David Cronenberg's "Crimes of the Future" is the story of an aging man. The man (Viggo Mortensen, 63) is the human race. Choking and shuffling, this "performance artist" can't eat, have sex or feel pain in the old ways, but he and a few others have grown new organs that adapt them to their polluted environment at the cost of their former humanity. Wow, it's funny.
With films such as "Rabid" (1977), "Videodrome" (1983) and "Dead Ringers" (1988), Cronenberg has always laughed at our sickness. His candy-colored, low-tech style makes his social commentary go down easy, and we always feel we're dealing with a subtle, engaging artist, not a preacher à la Adam McKay bludgeoning us with "Don't Look Up."
Cronenberg has constructed a "Future" with remarkable consistency and dark, dusty beauty. Everything's old. Archives are kept on paper. Everyone gets around by walking; even ships are used only as rusting backdrops. Specialized technology is operational . . . for the sake of art and sex!
That last Cronenberg obsession reaches a peak in "Crimes" -- organic yet surgical machines prod exposed innards and silky skin as faces writhe in ecstasy. We're reminded of the key line in "Andy Warhol's Frankenstein" (1973): "To know death, Otto, you have to f*ck life in the gallbladder!" (In 1987, Warhol died unexpectedly at 58 after gallbladder surgery.)

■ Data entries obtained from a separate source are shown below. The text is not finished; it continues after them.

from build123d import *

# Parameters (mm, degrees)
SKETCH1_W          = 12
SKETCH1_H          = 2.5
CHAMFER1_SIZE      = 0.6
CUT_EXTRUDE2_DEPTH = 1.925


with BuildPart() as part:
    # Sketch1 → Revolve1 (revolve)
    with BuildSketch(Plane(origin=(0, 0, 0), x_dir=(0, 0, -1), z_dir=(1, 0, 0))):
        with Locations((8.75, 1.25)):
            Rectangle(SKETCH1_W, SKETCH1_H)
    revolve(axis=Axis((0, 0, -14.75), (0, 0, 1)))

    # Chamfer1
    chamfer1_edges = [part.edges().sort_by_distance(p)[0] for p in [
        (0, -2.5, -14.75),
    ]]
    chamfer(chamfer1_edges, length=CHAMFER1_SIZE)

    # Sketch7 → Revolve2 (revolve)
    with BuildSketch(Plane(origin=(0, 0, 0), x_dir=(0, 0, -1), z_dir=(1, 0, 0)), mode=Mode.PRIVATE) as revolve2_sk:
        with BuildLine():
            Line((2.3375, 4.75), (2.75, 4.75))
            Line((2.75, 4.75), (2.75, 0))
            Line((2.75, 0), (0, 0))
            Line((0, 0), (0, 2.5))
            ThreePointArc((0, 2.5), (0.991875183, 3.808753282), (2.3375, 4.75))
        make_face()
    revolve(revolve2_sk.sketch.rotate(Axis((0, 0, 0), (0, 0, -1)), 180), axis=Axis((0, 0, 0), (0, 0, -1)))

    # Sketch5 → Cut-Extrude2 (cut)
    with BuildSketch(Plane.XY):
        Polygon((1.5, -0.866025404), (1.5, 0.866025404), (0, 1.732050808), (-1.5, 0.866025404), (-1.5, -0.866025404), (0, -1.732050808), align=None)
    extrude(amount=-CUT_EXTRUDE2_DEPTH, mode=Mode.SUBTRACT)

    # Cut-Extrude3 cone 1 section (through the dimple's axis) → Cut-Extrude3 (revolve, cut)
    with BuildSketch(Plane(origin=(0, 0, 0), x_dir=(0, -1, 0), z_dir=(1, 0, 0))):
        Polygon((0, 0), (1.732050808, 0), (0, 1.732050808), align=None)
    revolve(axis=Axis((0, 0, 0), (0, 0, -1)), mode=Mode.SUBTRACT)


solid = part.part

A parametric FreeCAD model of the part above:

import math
import FreeCAD as App
import Part
import Sketcher
Q = App.Units.Quantity


def edges_at(feature, points):
    """Names of the edges that pass closest to the given points."""
    edges = feature.Shape.Edges
    near = lambda p: min(range(len(edges)), key=lambda i: edges[i].distToShape(Part.Vertex(*p))[0])
    return sorted({f"Edge{near(p) + 1}" for p in points})


def add_polygon(sketch, points):
    """Adds a closed chain of lines whose ends are joined by coincident constraints."""
    first, n = sketch.GeometryCount, len(points)
    for a, b in zip(points, points[1:] + points[:1]):
        sketch.addGeometry(Part.LineSegment(App.Vector(*a, 0), App.Vector(*b, 0)), False)
    for i in range(n):
        sketch.addConstraint(Sketcher.Constraint("Coincident", first + i, 2, first + (i + 1) % n, 1))

doc = App.newDocument("Part")
body = doc.addObject("PartDesign::Body", "Body")

# Sketch on YZ plane
sketch1 = body.newObject("Sketcher::SketchObject", "Sketch")
sketch1.AttachmentSupport = (doc.getObject("YZ_Plane"), [""])
sketch1.MapMode = "FlatFace"
add_polygon(sketch1, [(2.5, -2.75), (0, -2.75), (0, -14.75), (2.5, -14.75)])  # lines 0-3
sketch1.addConstraint([
    Sketcher.Constraint("Horizontal", 0),
    Sketcher.Constraint("Vertical", 1),
    Sketcher.Constraint("Horizontal", 2),
    Sketcher.Constraint("Vertical", 3),
    Sketcher.Constraint("PointOnObject", 0, 2, -2),
    Sketcher.Constraint("DistanceY", 1, 2, 1, 1, Q("12 mm")),
    Sketcher.Constraint("DistanceX", 0, 2, 0, 1, Q("2.5 mm")),
    Sketcher.Constraint("DistanceY", 0, 2, -1, 1, Q("2.75 mm")),
])
revolution = body.newObject("PartDesign::Revolution", "Revolution")
revolution.Profile = sketch1
revolution.ReferenceAxis = (sketch1, ["V_Axis"])
revolution.Angle = 360
doc.recompute()

chamfer = body.newObject("PartDesign::Chamfer", "Chamfer")
chamfer.Base = (revolution, edges_at(revolution, [(0, -2.5, -14.75)]))
chamfer.Size = 0.6

# Sketch on YZ plane
sketch2 = body.newObject("Sketcher::SketchObject", "Sketch001")
sketch2.AttachmentSupport = (doc.getObject("YZ_Plane"), [""])
sketch2.MapMode = "FlatFace"
sketch2.addGeometry([
    Part.LineSegment(App.Vector(4.75, -2.75, 0), App.Vector(4.75, -2.3375, 0)),  # 0
    Part.ArcOfCircle(Part.Circle(App.Vector(0, -4.658055, 0), App.Vector(0, 0, 1), 5.286537), math.radians(26.03726), math.radians(61.777335)),  # 1
    Part.LineSegment(App.Vector(2.5, 0, 0), App.Vector(0, 0, 0)),  # 2
    Part.LineSegment(App.Vector(0, 0, 0), App.Vector(0, -2.75, 0)),  # 3
    Part.LineSegment(App.Vector(0, -2.75, 0), App.Vector(4.75, -2.75, 0)),  # 4
], False)
sketch2.addConstraint([
    Sketcher.Constraint("Coincident", 0, 2, 1, 1),
    Sketcher.Constraint("Coincident", 1, 2, 2, 1),
    Sketcher.Constraint("Coincident", 2, 2, 3, 1),
    Sketcher.Constraint("Coincident", 3, 2, 4, 1),
    Sketcher.Constraint("Coincident", 4, 2, 0, 1),
    Sketcher.Constraint("Vertical", 0),
    Sketcher.Constraint("Horizontal", 2),
    Sketcher.Constraint("Vertical", 3),
    Sketcher.Constraint("Horizontal", 4),
    Sketcher.Constraint("Coincident", 2, 2, -1, 1),
    Sketcher.Constraint("PointOnObject", 1, 3, -2),
    Sketcher.Constraint("DistanceX", 2, 2, 2, 1, Q("2.5 mm")),
    Sketcher.Constraint("DistanceX", 4, 1, 4, 2, Q("4.75 mm")),
    Sketcher.Constraint("DistanceY", 3, 2, 3, 1, Q("2.75 mm")),
    Sketcher.Constraint("DistanceY", 0, 1, 0, 2, Q("0.4125 mm")),
])
revolution2 = body.newObject("PartDesign::Revolution", "Revolution001")
revolution2.Profile = sketch2
revolution2.ReferenceAxis = (sketch2, ["V_Axis"])
revolution2.Angle = 360

# Sketch on XY plane
sketch3 = body.newObject("Sketcher::SketchObject", "Sketch002")
sketch3.AttachmentSupport = (doc.getObject("XY_Plane"), [""])
sketch3.MapMode = "FlatFace"
add_polygon(sketch3, [(1.5, -0.866025), (1.5, 0.866025), (0, 1.732051), (-1.5, 0.866025), (-1.5, -0.866025), (0, -1.732051)])  # lines 0-5
sketch3.addConstraint([
    Sketcher.Constraint("Vertical", 0),
    Sketcher.Constraint("Vertical", 3),
    Sketcher.Constraint("Symmetric", 0, 2, 3, 2, -1, 1),
    Sketcher.Constraint("Symmetric", 1, 2, 4, 2, -1, 1),
    Sketcher.Constraint("PointOnObject", 1, 2, -2),
    Sketcher.Constraint("Parallel", 2, 5),
    Sketcher.Constraint("Horizontal", 0, 2, 2, 2),
    Sketcher.Constraint("Angle", 1, Q("150 deg")),
    Sketcher.Constraint("DistanceX", 2, 2, 0, 2, Q("3 mm")),
    Sketcher.Constraint("DistanceY", 0, 1, 0, 2, Q("1.732051 mm")),
])
pocket1 = body.newObject("PartDesign::Pocket", "Pocket")
pocket1.Profile = sketch3
pocket1.Length = 1.925

# Sketch on YZ plane
sketch4 = body.newObject("Sketcher::SketchObject", "Sketch003")
sketch4.AttachmentSupport = (doc.getObject("YZ_Plane"), [""])
sketch4.MapMode = "FlatFace"
add_polygon(sketch4, [(0, 0), (-1.732051, 0), (0, -1.732051)])  # lines 0-2
sketch4.addConstraint([
    Sketcher.Constraint("Horizontal", 0),
    Sketcher.Constraint("Vertical", 2),
    Sketcher.Constraint("Coincident", 2, 2, -1, 1),
    Sketcher.Constraint("Equal", 0, 2),
    Sketcher.Constraint("DistanceX", 0, 2, 0, 1, Q("1.732051 mm")),
])
groove = body.newObject("PartDesign::Groove", "Groove")
groove.Profile = sketch4
groove.ReferenceAxis = (sketch4, ["V_Axis"])
groove.Angle = 360

doc.recompute()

Indeed, the man needs to know death, but he's distracting himself from the great inevitable. As much as he tries to make art out of his novel tumors, it doesn't matter whether they're cancers or transformers: The former man will soon be gone. It's no accident that Cronenberg has dressed Mortensen in a black hood to resemble Death in Ingmar Bergman's "The Seventh Seal." The man not only embodies his own death, but represents the demise of his entire species.
As usual, Cronenberg depicts our ambivalence about every essential issue by filling "Crimes of the Future" with double agents and twins. Our main man is named Saul, after the persecutor-turned-champion of Jesus; he is courted by both extremes in the evolutionary and sexual wars. There are twin assassins of different ages who act alike and somehow look alike in different ways. Everyone is betraying his partner, and no one seems to care. There is even a sort of sacrificial neo-Christchild who is betrayed by everyone.
Time collapses, abetted by Howard Shore's score, which sounds as if it were performed entirely on a 1980 Fairlight synthesizer, all grandiose wheeze & cheese. "Everyone wants to be a performance artist"? Well, the cultural wheel keeps turning. If you're old enough and have replaced enough body parts, you've seen every touchstone return, as it will again and again until nothing returns.
Cronenberg's camera loves Léa Seydoux as Caprice, Saul's performance partner, and it should, because she is perfect. Kristen Stewart, "attractive, in a bureaucratic sort of way," is irresistibly twitchy.
After we stop chuckling at Cronenberg's deadpan jokes, and thinking about whether we should gulp another fistful of pills for our own acid reflux, stop watching the news, or just gulp a fistful of something stronger, we can think about another matter the director brings up.
Did we will all this destruction? If we can persuade ourselves that it's just evolution, we'll sleep better. And if we don't wake up, tough shit.